DIRECTIONS FOR THIS TASK>
Out of the material that follows, write out exactly the lines from the line with "#92=VECTOR('',#86,1.);" to the line with "#153=PLANE('',#136);", both ends included, and no others.

EXERCISE INPUTS>
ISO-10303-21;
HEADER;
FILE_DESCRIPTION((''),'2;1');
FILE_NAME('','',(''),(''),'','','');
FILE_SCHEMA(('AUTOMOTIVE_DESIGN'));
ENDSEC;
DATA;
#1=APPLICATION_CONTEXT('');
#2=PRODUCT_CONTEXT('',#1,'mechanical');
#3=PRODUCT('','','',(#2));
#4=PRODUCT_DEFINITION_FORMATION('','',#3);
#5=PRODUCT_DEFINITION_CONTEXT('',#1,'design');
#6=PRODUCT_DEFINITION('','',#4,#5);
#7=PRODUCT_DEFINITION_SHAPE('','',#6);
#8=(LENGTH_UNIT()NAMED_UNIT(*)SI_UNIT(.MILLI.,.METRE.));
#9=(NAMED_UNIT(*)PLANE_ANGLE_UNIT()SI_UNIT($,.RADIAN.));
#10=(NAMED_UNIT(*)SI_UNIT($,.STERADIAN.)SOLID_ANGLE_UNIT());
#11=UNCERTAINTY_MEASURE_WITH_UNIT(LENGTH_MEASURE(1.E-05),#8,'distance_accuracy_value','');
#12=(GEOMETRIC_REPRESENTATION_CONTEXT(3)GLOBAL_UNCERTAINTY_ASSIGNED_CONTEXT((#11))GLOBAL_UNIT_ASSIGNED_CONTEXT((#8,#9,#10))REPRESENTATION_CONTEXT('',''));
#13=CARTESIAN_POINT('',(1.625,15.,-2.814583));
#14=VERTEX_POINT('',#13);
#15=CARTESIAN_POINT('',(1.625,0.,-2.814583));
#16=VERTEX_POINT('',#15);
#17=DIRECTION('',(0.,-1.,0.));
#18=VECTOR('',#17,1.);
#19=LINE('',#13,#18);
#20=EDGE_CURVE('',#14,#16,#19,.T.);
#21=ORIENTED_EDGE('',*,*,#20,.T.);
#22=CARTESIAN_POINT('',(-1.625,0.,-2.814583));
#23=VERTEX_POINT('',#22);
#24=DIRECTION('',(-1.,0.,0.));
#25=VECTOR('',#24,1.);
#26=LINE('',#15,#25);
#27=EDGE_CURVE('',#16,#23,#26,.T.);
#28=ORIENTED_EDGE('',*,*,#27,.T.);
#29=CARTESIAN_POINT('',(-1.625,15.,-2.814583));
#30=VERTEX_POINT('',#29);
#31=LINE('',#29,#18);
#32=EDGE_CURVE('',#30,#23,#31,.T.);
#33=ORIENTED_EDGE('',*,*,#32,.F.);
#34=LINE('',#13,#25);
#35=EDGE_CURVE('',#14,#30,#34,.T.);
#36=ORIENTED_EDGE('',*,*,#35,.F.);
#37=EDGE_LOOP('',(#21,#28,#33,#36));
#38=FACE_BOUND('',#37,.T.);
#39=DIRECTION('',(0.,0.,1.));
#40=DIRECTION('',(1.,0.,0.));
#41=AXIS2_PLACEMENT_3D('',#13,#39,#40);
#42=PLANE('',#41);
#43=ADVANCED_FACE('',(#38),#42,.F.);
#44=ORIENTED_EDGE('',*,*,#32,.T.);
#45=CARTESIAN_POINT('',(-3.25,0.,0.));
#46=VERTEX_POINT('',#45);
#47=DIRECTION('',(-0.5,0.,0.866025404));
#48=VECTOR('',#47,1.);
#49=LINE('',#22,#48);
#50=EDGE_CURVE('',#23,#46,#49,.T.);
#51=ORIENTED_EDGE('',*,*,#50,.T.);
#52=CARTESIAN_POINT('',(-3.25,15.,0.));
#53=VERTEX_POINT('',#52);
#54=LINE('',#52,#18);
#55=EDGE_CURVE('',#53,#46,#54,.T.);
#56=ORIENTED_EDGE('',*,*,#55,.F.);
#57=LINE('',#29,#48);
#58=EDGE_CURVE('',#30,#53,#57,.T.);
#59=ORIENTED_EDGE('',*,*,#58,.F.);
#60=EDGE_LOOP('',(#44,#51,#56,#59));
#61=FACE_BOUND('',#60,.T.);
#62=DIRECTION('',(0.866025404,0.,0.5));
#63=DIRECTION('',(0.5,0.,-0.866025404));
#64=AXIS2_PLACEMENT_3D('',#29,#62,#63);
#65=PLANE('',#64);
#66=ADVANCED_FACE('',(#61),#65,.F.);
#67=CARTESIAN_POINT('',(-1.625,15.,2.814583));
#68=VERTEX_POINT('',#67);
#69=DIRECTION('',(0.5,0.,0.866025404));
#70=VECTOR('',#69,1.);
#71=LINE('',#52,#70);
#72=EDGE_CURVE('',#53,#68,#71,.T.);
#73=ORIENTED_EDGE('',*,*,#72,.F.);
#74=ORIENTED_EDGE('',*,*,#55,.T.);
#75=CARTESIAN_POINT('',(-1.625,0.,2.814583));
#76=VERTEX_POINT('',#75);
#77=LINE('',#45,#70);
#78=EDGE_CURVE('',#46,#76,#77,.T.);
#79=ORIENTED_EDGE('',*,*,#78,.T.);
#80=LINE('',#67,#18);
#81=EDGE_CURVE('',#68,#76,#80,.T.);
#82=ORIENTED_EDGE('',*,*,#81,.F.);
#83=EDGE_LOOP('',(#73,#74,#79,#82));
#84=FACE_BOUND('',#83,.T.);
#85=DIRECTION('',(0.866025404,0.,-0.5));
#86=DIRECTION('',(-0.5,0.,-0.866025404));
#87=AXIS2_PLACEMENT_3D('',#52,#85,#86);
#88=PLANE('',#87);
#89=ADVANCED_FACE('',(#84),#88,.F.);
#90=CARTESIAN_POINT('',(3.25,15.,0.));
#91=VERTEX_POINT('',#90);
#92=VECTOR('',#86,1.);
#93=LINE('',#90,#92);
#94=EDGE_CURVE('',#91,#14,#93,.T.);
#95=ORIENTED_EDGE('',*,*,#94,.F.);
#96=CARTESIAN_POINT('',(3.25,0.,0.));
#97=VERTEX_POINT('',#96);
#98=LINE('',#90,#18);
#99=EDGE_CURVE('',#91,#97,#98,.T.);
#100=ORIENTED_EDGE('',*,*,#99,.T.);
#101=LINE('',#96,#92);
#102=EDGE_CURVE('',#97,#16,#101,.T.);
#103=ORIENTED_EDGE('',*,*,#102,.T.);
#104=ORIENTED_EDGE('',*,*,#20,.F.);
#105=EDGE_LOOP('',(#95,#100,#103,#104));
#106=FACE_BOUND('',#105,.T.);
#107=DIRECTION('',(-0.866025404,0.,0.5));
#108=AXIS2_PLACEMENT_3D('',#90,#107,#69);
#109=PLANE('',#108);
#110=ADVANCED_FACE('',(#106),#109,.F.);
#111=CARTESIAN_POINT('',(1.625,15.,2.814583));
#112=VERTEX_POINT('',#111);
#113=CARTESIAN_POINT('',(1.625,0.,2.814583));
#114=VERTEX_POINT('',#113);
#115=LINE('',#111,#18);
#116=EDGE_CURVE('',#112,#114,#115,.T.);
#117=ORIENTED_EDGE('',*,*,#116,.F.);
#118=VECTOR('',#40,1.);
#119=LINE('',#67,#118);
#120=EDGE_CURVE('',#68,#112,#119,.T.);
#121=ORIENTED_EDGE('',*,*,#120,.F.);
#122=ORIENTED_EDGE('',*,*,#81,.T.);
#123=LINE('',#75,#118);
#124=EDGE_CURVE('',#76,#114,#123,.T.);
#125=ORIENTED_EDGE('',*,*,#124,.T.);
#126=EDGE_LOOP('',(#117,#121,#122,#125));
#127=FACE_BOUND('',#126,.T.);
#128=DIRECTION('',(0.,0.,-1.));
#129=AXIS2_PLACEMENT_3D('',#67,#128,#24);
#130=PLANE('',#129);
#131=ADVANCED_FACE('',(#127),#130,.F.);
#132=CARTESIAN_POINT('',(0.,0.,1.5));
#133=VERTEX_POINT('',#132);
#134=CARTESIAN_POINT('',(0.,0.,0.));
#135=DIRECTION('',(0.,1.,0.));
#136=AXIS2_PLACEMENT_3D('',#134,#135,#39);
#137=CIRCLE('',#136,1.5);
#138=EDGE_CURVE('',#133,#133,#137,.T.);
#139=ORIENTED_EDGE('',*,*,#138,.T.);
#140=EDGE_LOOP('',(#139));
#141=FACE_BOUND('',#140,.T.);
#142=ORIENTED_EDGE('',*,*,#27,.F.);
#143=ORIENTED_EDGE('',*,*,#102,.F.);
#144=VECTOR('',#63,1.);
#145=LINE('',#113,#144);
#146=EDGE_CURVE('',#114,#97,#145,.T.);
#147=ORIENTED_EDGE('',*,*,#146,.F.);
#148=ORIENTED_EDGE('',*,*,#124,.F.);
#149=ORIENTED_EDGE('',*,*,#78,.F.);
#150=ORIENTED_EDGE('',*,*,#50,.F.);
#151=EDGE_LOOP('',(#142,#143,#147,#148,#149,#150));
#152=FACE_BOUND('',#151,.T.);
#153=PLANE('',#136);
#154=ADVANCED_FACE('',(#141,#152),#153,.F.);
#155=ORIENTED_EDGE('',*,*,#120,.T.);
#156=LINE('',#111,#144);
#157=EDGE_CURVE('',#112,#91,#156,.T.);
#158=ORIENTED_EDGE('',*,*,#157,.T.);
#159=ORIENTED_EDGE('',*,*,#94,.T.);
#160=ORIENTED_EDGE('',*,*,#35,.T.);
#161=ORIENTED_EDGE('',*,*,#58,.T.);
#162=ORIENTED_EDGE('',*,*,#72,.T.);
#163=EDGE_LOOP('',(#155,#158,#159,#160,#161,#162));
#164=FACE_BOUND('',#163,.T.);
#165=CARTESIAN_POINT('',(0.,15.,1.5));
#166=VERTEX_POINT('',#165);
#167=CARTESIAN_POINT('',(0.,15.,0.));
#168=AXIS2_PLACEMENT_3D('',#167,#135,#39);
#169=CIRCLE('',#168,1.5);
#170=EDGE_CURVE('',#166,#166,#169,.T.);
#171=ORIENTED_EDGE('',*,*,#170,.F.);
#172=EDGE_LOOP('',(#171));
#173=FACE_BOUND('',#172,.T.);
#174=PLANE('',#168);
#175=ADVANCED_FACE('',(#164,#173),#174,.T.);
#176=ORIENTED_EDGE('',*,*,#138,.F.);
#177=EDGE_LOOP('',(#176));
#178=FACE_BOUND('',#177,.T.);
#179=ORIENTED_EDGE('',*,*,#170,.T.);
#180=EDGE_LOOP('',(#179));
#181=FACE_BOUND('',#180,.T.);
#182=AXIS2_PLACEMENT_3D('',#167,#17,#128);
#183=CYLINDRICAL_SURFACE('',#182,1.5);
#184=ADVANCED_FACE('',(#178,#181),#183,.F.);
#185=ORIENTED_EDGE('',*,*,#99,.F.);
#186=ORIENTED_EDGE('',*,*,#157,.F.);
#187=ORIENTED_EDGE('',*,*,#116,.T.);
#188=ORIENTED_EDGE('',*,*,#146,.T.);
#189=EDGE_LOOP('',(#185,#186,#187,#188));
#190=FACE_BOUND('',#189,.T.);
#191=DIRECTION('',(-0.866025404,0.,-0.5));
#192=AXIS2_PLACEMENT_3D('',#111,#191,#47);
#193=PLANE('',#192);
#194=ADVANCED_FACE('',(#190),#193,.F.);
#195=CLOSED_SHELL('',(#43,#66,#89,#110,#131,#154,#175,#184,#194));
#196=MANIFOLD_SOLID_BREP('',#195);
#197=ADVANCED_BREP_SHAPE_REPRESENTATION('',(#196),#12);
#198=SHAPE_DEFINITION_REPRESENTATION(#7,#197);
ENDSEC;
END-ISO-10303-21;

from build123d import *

# Parameters (mm, degrees)
SKETCH_2_R      = 1.5
EXTRUDE_1_DEPTH = 15


with BuildPart() as part:
    # 草图2 → 凸台-拉伸1 (new body)
    with BuildSketch(Plane(origin=(0, 0, 0), x_dir=(1, 0, 0), z_dir=(0, 1, 0))):
        Polygon((-1.625, 2.814582562), (-3.25, 0), (-1.625, -2.814582562), (1.625, -2.814582562), (3.25, 0), (1.625, 2.814582562), align=None)
        Circle(SKETCH_2_R, mode=Mode.SUBTRACT)
    extrude(amount=EXTRUDE_1_DEPTH)


solid = part.part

FINISHED TASK>
#92=VECTOR('',#86,1.);
#93=LINE('',#90,#92);
#94=EDGE_CURVE('',#91,#14,#93,.T.);
#95=ORIENTED_EDGE('',*,*,#94,.F.);
#96=CARTESIAN_POINT('',(3.25,0.,0.));
#97=VERTEX_POINT('',#96);
#98=LINE('',#90,#18);
#99=EDGE_CURVE('',#91,#97,#98,.T.);
#100=ORIENTED_EDGE('',*,*,#99,.T.);
#101=LINE('',#96,#92);
#102=EDGE_CURVE('',#97,#16,#101,.T.);
#103=ORIENTED_EDGE('',*,*,#102,.T.);
#104=ORIENTED_EDGE('',*,*,#20,.F.);
#105=EDGE_LOOP('',(#95,#100,#103,#104));
#106=FACE_BOUND('',#105,.T.);
#107=DIRECTION('',(-0.866025404,0.,0.5));
#108=AXIS2_PLACEMENT_3D('',#90,#107,#69);
#109=PLANE('',#108);
#110=ADVANCED_FACE('',(#106),#109,.F.);
#111=CARTESIAN_POINT('',(1.625,15.,2.814583));
#112=VERTEX_POINT('',#111);
#113=CARTESIAN_POINT('',(1.625,0.,2.814583));
#114=VERTEX_POINT('',#113);
#115=LINE('',#111,#18);
#116=EDGE_CURVE('',#112,#114,#115,.T.);
#117=ORIENTED_EDGE('',*,*,#116,.F.);
#118=VECTOR('',#40,1.);
#119=LINE('',#67,#118);
#120=EDGE_CURVE('',#68,#112,#119,.T.);
#121=ORIENTED_EDGE('',*,*,#120,.F.);
#122=ORIENTED_EDGE('',*,*,#81,.T.);
#123=LINE('',#75,#118);
#124=EDGE_CURVE('',#76,#114,#123,.T.);
#125=ORIENTED_EDGE('',*,*,#124,.T.);
#126=EDGE_LOOP('',(#117,#121,#122,#125));
#127=FACE_BOUND('',#126,.T.);
#128=DIRECTION('',(0.,0.,-1.));
#129=AXIS2_PLACEMENT_3D('',#67,#128,#24);
#130=PLANE('',#129);
#131=ADVANCED_FACE('',(#127),#130,.F.);
#132=CARTESIAN_POINT('',(0.,0.,1.5));
#133=VERTEX_POINT('',#132);
#134=CARTESIAN_POINT('',(0.,0.,0.));
#135=DIRECTION('',(0.,1.,0.));
#136=AXIS2_PLACEMENT_3D('',#134,#135,#39);
#137=CIRCLE('',#136,1.5);
#138=EDGE_CURVE('',#133,#133,#137,.T.);
#139=ORIENTED_EDGE('',*,*,#138,.T.);
#140=EDGE_LOOP('',(#139));
#141=FACE_BOUND('',#140,.T.);
#142=ORIENTED_EDGE('',*,*,#27,.F.);
#143=ORIENTED_EDGE('',*,*,#102,.F.);
#144=VECTOR('',#63,1.);
#145=LINE('',#113,#144);
#146=EDGE_CURVE('',#114,#97,#145,.T.);
#147=ORIENTED_EDGE('',*,*,#146,.F.);
#148=ORIENTED_EDGE('',*,*,#124,.F.);
#149=ORIENTED_EDGE('',*,*,#78,.F.);
#150=ORIENTED_EDGE('',*,*,#50,.F.);
#151=EDGE_LOOP('',(#142,#143,#147,#148,#149,#150));
#152=FACE_BOUND('',#151,.T.);
#153=PLANE('',#136);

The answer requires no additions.